§ **Task requirements**:
Look through the data below, and copy each line that carries the word "radius".

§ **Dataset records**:
——

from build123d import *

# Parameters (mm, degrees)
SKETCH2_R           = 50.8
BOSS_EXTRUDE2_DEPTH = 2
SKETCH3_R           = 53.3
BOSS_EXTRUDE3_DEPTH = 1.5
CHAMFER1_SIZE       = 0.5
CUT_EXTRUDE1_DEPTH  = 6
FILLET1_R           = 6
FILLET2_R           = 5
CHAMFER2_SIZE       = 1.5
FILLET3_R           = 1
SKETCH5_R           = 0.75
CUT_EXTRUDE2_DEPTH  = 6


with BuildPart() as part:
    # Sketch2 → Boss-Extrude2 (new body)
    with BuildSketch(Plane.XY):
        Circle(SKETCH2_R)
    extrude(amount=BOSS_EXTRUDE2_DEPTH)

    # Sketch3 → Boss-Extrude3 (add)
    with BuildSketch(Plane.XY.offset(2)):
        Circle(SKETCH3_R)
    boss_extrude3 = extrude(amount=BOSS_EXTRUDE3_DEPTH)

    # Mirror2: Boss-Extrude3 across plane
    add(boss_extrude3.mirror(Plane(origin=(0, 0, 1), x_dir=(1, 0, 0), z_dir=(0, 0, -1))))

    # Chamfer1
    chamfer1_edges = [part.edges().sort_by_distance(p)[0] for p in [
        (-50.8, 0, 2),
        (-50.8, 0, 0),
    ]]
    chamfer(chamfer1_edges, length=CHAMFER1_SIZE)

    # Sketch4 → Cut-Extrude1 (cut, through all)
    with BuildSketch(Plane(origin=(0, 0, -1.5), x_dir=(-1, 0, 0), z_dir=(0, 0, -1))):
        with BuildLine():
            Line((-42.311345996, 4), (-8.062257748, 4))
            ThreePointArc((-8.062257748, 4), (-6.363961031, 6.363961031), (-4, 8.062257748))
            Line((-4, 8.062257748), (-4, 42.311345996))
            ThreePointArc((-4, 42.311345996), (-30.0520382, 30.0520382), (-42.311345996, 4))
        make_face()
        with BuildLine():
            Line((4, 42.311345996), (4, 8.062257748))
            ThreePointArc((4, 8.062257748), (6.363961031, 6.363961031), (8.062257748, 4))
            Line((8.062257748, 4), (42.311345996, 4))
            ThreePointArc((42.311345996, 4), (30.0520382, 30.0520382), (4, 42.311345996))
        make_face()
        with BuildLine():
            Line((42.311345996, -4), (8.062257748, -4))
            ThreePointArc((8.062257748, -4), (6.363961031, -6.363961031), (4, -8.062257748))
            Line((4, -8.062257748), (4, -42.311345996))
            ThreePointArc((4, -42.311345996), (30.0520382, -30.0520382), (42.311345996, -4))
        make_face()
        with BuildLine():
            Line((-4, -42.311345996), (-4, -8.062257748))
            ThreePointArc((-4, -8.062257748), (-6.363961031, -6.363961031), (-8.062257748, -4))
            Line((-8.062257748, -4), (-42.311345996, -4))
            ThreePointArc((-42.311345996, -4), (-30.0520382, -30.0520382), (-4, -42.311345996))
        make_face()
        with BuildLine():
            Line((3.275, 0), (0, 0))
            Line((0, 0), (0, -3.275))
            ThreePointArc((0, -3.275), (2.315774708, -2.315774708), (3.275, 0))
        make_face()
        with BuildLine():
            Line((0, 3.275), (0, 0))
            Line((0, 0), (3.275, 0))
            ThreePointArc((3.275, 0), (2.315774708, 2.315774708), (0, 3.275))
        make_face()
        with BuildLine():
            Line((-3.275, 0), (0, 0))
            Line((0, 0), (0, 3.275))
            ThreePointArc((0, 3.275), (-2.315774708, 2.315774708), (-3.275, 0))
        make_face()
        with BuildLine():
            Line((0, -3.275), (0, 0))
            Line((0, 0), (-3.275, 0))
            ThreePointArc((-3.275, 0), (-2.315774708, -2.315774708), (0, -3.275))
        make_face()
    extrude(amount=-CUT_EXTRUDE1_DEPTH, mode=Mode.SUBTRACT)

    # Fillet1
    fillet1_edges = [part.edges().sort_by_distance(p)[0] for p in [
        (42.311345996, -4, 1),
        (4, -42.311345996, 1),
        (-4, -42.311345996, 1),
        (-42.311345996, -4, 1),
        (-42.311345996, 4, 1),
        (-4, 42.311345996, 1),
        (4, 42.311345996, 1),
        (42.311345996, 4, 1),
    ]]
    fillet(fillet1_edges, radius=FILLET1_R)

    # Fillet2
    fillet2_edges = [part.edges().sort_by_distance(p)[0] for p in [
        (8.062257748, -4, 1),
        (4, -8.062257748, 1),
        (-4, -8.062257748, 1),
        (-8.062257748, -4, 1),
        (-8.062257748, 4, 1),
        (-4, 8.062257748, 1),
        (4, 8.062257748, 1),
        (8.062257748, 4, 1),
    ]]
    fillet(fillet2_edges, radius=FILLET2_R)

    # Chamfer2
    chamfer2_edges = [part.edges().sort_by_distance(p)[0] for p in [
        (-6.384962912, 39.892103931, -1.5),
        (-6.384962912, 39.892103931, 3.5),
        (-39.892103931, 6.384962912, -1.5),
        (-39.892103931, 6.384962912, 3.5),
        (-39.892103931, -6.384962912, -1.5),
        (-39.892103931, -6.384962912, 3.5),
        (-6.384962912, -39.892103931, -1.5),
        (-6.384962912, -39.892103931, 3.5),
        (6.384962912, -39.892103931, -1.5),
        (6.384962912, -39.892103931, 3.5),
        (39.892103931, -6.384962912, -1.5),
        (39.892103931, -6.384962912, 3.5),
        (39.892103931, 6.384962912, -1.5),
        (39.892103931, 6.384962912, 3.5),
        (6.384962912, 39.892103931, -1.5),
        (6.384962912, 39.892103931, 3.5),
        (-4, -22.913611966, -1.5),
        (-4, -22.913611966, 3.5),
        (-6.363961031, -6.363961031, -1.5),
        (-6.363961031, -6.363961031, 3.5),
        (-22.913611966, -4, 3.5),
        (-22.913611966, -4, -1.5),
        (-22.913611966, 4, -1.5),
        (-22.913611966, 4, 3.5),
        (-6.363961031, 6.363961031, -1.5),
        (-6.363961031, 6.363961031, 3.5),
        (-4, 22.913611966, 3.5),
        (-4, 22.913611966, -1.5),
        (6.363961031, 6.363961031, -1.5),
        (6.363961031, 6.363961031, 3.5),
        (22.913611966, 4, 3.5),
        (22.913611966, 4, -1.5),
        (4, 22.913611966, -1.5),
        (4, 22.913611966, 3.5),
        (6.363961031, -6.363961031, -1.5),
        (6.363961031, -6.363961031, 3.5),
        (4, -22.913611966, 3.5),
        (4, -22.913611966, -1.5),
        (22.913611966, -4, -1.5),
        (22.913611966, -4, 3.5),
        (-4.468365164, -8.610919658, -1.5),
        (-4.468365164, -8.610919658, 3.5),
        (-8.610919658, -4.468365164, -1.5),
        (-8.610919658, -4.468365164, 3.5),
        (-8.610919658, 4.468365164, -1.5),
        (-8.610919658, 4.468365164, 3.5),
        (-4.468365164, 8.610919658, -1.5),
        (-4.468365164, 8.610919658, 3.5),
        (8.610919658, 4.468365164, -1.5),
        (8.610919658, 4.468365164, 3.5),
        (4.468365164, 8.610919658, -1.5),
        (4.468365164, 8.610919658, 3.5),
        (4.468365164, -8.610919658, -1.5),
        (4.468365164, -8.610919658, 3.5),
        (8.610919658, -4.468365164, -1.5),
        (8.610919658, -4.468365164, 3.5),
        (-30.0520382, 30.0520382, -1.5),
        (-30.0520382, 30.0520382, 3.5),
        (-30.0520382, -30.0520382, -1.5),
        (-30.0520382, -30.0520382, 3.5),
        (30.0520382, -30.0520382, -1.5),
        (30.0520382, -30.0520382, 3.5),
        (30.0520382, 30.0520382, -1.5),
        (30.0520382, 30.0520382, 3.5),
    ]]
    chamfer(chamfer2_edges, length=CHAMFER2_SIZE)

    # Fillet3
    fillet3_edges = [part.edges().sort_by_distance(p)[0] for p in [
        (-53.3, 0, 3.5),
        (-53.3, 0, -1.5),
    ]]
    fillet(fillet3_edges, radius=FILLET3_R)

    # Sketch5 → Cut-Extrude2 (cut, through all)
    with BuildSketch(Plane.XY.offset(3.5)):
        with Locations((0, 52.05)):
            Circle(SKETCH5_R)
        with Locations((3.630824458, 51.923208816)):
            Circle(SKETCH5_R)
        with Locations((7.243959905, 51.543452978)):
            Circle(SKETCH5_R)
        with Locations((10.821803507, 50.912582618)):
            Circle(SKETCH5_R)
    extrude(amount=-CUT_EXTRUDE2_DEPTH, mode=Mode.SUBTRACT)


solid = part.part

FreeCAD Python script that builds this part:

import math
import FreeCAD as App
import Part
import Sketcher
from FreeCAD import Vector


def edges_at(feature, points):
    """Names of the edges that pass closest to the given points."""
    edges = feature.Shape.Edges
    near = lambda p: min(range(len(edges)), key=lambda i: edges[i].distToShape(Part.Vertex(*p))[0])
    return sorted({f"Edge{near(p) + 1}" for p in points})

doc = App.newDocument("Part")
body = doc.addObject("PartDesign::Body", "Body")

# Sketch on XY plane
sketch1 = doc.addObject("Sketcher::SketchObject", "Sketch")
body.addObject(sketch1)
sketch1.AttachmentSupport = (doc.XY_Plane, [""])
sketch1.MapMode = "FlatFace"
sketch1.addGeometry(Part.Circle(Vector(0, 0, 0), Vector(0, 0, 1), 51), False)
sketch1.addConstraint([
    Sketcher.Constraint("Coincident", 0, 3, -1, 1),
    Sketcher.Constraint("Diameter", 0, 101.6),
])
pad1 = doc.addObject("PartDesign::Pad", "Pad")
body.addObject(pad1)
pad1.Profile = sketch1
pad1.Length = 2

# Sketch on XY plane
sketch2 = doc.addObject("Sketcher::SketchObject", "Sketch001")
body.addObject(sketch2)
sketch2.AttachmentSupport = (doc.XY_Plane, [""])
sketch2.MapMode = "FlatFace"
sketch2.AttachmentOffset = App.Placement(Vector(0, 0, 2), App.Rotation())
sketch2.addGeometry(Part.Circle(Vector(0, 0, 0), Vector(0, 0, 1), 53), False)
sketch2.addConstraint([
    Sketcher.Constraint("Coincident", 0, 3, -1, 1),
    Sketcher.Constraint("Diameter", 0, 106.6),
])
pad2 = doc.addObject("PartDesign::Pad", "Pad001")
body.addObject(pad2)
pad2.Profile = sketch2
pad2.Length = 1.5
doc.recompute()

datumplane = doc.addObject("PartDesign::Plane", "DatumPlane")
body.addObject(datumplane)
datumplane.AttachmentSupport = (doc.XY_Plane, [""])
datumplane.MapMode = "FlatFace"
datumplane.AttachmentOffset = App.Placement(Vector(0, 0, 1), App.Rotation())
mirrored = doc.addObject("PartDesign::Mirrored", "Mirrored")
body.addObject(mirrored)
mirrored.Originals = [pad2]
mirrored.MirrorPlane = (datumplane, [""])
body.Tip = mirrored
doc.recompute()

——

§ **Answer for this exercise**:
    fillet(fillet1_edges, radius=FILLET1_R)
    fillet(fillet2_edges, radius=FILLET2_R)
    fillet(fillet3_edges, radius=FILLET3_R)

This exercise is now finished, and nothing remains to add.